From the line containing "-355.343027), (148, 0))" down to the line containing "131.875415), (-148, 0))" in the records below, reproduce every line exactly, ends included, and omit all others.

*** Input for this task

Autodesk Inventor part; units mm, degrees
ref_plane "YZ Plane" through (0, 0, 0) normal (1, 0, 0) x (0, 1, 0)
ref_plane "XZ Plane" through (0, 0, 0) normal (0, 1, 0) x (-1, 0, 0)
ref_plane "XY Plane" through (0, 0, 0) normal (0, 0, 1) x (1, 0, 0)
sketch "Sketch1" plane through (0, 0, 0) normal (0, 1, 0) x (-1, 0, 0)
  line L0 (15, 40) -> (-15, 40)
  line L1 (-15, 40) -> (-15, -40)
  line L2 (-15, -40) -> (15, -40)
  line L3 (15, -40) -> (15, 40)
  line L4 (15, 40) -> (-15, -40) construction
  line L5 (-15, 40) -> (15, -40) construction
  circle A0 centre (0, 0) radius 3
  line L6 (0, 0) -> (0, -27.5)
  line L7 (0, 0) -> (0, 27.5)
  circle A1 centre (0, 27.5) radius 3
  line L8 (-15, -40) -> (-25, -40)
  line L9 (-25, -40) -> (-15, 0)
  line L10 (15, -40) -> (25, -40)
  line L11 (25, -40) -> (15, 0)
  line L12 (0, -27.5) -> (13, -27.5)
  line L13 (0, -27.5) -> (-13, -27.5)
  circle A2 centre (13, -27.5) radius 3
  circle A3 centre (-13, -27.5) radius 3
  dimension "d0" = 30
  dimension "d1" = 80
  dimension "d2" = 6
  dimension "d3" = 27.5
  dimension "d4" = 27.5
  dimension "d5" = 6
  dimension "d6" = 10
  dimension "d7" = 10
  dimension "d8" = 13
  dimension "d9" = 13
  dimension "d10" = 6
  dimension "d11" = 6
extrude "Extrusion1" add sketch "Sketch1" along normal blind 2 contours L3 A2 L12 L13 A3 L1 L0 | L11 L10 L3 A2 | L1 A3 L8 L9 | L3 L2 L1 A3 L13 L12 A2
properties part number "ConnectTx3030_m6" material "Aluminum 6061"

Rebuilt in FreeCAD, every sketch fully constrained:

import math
import FreeCAD as App
import Part
import Sketcher

V = App.Vector
Q = App.Units.Quantity


def add_polygon(sketch, points):
    """Adds a closed chain of lines whose ends are joined by coincident constraints."""
    first, n = sketch.GeometryCount, len(points)
    for a, b in zip(points, points[1:] + points[:1]):
        sketch.addGeometry(Part.LineSegment(App.Vector(*a, 0), App.Vector(*b, 0)), False)
    for i in range(n):
        sketch.addConstraint(Sketcher.Constraint("Coincident", first + i, 2, first + (i + 1) % n, 1))

doc = App.newDocument("Part")
body = doc.addObject("PartDesign::Body", "Body")

sketch1 = doc.addObject("Sketcher::SketchObject", "Sketch")
body.addObject(sketch1)
sketch1.AttachmentSupport = (doc.XZ_Plane, [""])
sketch1.MapMode = "FlatFace"
add_polygon(sketch1, [(-15, 0), (-15, 40), (15, 40), (15, 0), (25, -40), (-25, -40)])
sketch1.addGeometry(Part.Circle(V(-13, -27.5, 0), V(0, 0, 1), 3), False)
sketch1.addGeometry(Part.Circle(V(13, -27.5, 0), V(0, 0, 1), 3), False)
sketch1.addGeometry(Part.ArcOfCircle(Part.Circle(V(0, 0, 0), V(0, 0, 1), 3), math.radians(-90), math.radians(90)), False)
sketch1.addGeometry(Part.ArcOfCircle(Part.Circle(V(0, 0, 0), V(0, 0, 1), 3), math.radians(90), math.radians(270)), False)
sketch1.addGeometry(Part.Circle(V(0, 27.5, 0), V(0, 0, 1), 3), False)
sketch1.addConstraint([
    Sketcher.Constraint("Tangent", 8, 1, 9, 2),
    Sketcher.Constraint("Coincident", 9, 1, 8, 2),
    Sketcher.Constraint("Vertical", 0),
    Sketcher.Constraint("Horizontal", 1),
    Sketcher.Constraint("Vertical", 2),
    Sketcher.Constraint("Horizontal", 4),
    Sketcher.Constraint("Coincident", 8, 3, -1, 1),
    Sketcher.Constraint("Equal", 6, 7),
    Sketcher.Constraint("Equal", 7, 8),
    Sketcher.Constraint("Equal", 9, 10),
    Sketcher.Constraint("Symmetric", 2, 2, 5, 2, -1, 1),
    Sketcher.Constraint("Symmetric", 6, 3, 7, 3, -2),
    Sketcher.Constraint("PointOnObject", 10, 3, -2),
    Sketcher.Constraint("PointOnObject", 2, 2, -1),
    Sketcher.Constraint("PointOnObject", 8, 1, -2),
    Sketcher.Constraint("PointOnObject", 9, 1, -2),
    Sketcher.Constraint("Equal", 3, 5),
    Sketcher.Constraint("Diameter", 6, Q("6 mm")),
    Sketcher.Constraint("DistanceX", 1, 1, 1, 2, Q("30 mm")),
    Sketcher.Constraint("DistanceX", 6, 3, -1, 1, Q("13 mm")),
    Sketcher.Constraint("DistanceX", 2, 2, 3, 2, Q("10 mm")),
    Sketcher.Constraint("DistanceY", 6, 3, -1, 1, Q("27.5 mm")),
    Sketcher.Constraint("DistanceY", -1, 1, 10, 3, Q("27.5 mm")),
    Sketcher.Constraint("DistanceY", 0, 1, 0, 2, Q("40 mm")),
    Sketcher.Constraint("DistanceY", 3, 2, -1, 1, Q("40 mm")),
])
pad1 = doc.addObject("PartDesign::Pad", "Pad")
body.addObject(pad1)
pad1.Profile = sketch1
pad1.Length = 2
pad1.Reversed = True

doc.recompute()
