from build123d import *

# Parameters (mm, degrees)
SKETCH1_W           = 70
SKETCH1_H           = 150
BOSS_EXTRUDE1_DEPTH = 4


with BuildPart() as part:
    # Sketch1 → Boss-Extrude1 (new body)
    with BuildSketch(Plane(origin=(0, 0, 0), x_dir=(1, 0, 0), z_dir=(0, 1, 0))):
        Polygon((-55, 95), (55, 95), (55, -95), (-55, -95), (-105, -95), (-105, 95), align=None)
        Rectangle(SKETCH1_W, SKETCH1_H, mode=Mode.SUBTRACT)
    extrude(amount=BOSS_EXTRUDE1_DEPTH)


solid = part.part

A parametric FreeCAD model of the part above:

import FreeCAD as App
import Part
import Sketcher


def add_polygon(sketch, points):
    """Adds a closed chain of lines whose ends are joined by coincident constraints."""
    first, n = sketch.GeometryCount, len(points)
    for a, b in zip(points, points[1:] + points[:1]):
        sketch.addGeometry(Part.LineSegment(App.Vector(*a, 0), App.Vector(*b, 0)), False)
    for i in range(n):
        sketch.addConstraint(Sketcher.Constraint("Coincident", first + i, 2, first + (i + 1) % n, 1))

doc = App.newDocument("Part")
body = doc.addObject("PartDesign::Body", "Body")

sketch1 = body.newObject("Sketcher::SketchObject", "Sketch")
sketch1.AttachmentSupport = (doc.getObject("XZ_Plane"), [""])
sketch1.MapMode = "FlatFace"
add_polygon(sketch1, [(55, -95), (-105, -95), (-105, 95), (55, 95)])
add_polygon(sketch1, [(-35, 75), (-35, -75), (35, -75), (35, 75)])
sketch1.addConstraint(Sketcher.Constraint("Horizontal", 0))
sketch1.addConstraint(Sketcher.Constraint("Vertical", 1))
sketch1.addConstraint(Sketcher.Constraint("Horizontal", 2))
sketch1.addConstraint(Sketcher.Constraint("Vertical", 3))
sketch1.addConstraint(Sketcher.Constraint("Vertical", 4))
sketch1.addConstraint(Sketcher.Constraint("Horizontal", 5))
sketch1.addConstraint(Sketcher.Constraint("Vertical", 6))
sketch1.addConstraint(Sketcher.Constraint("Horizontal", 7))
sketch1.addConstraint(Sketcher.Constraint("Symmetric", 4, 2, 6, 2, -1, 1))
sketch1.addConstraint(Sketcher.Constraint("DistanceX", 0, 2, 0, 1, 160.0))
sketch1.addConstraint(Sketcher.Constraint("DistanceX", 5, 1, 5, 2, 70.0))
sketch1.addConstraint(Sketcher.Constraint("DistanceY", 1, 1, 1, 2, 190.0))
sketch1.addConstraint(Sketcher.Constraint("DistanceY", 4, 2, 4, 1, 150.0))
sketch1.addConstraint(Sketcher.Constraint("DistanceX", 0, 2, -1, 1, 105.0))
sketch1.addConstraint(Sketcher.Constraint("DistanceY", 0, 2, -1, 1, 95.0))
pad1 = body.newObject("PartDesign::Pad", "Pad")
pad1.Profile = sketch1
pad1.Length = 4
pad1.Reversed = True

doc.recompute()
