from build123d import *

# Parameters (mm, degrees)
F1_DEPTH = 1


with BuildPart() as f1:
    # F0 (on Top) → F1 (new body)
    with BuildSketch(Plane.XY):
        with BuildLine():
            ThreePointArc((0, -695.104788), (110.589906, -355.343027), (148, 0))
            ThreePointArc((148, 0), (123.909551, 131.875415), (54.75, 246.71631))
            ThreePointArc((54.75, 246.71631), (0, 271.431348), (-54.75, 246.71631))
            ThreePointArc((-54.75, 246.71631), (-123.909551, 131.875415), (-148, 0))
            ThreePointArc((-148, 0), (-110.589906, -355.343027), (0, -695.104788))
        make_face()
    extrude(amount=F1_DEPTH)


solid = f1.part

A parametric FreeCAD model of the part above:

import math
import FreeCAD as App
import Part
import Sketcher
from FreeCAD import Vector

doc = App.newDocument("Part")
body = doc.addObject("PartDesign::Body", "Body")

# Sketch on XY plane
sketch1 = body.newObject("Sketcher::SketchObject", "Sketch")
sketch1.AttachmentSupport = (doc.getObject("XY_Plane"), [""])
sketch1.MapMode = "FlatFace"
sketch1.addGeometry(Part.ArcOfCircle(Part.Circle(Vector(-1558, 0, 0), Vector(0, 0, 1), 1706), math.radians(-24), math.radians(0)), False)
sketch1.addGeometry(Part.ArcOfCircle(Part.Circle(Vector(-225, 0, 0), Vector(0, 0, 1), 373), math.radians(0), math.radians(41)), False)
sketch1.addGeometry(Part.ArcOfCircle(Part.Circle(Vector(0, 198, 0), Vector(0, 0, 1), 73), math.radians(41), math.radians(139)), False)
sketch1.addGeometry(Part.ArcOfCircle(Part.Circle(Vector(225, 0, 0), Vector(0, 0, 1), 373), math.radians(139), math.radians(180)), False)
sketch1.addGeometry(Part.ArcOfCircle(Part.Circle(Vector(1558, 0, 0), Vector(0, 0, 1), 1706), math.radians(180), math.radians(204)), False)
sketch1.addConstraint(Sketcher.Constraint("Tangent", 0, 2, 1, 1))
sketch1.addConstraint(Sketcher.Constraint("Tangent", 1, 2, 2, 1))
sketch1.addConstraint(Sketcher.Constraint("Tangent", 2, 2, 3, 1))
sketch1.addConstraint(Sketcher.Constraint("Tangent", 3, 2, 4, 1))
sketch1.addConstraint(Sketcher.Constraint("Coincident", 4, 2, 0, 1))
sketch1.addConstraint(Sketcher.Constraint("Equal", 1, 3))
sketch1.addConstraint(Sketcher.Constraint("Equal", 0, 4))
sketch1.addConstraint(Sketcher.Constraint("Symmetric", 1, 3, 3, 3, -1, 1))
sketch1.addConstraint(Sketcher.Constraint("PointOnObject", 1, 3, -1))
sketch1.addConstraint(Sketcher.Constraint("Horizontal", 0, 3, 4, 3))
sketch1.addConstraint(Sketcher.Constraint("Radius", 2, 73.000001))
sketch1.addConstraint(Sketcher.Constraint("DistanceX", -1, 1, 0, 2, 148.0))
sketch1.addConstraint(Sketcher.Constraint("Radius", 0, 1706.333315))
sketch1.addConstraint(Sketcher.Constraint("Radius", 1, 373.000004))
sketch1.addConstraint(Sketcher.Constraint("DistanceY", 0, 3, 2, 3, 198.43135))
pad1 = body.newObject("PartDesign::Pad", "Pad")
pad1.Profile = sketch1
pad1.Length = 1

doc.recompute()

******

Result for this exercise>
            ThreePointArc((0, -695.104788), (110.589906, -355.343027), (148, 0))
            ThreePointArc((148, 0), (123.909551, 131.875415), (54.75, 246.71631))
            ThreePointArc((54.75, 246.71631), (0, 271.431348), (-54.75, 246.71631))
            ThreePointArc((-54.75, 246.71631), (-123.909551, 131.875415), (-148, 0))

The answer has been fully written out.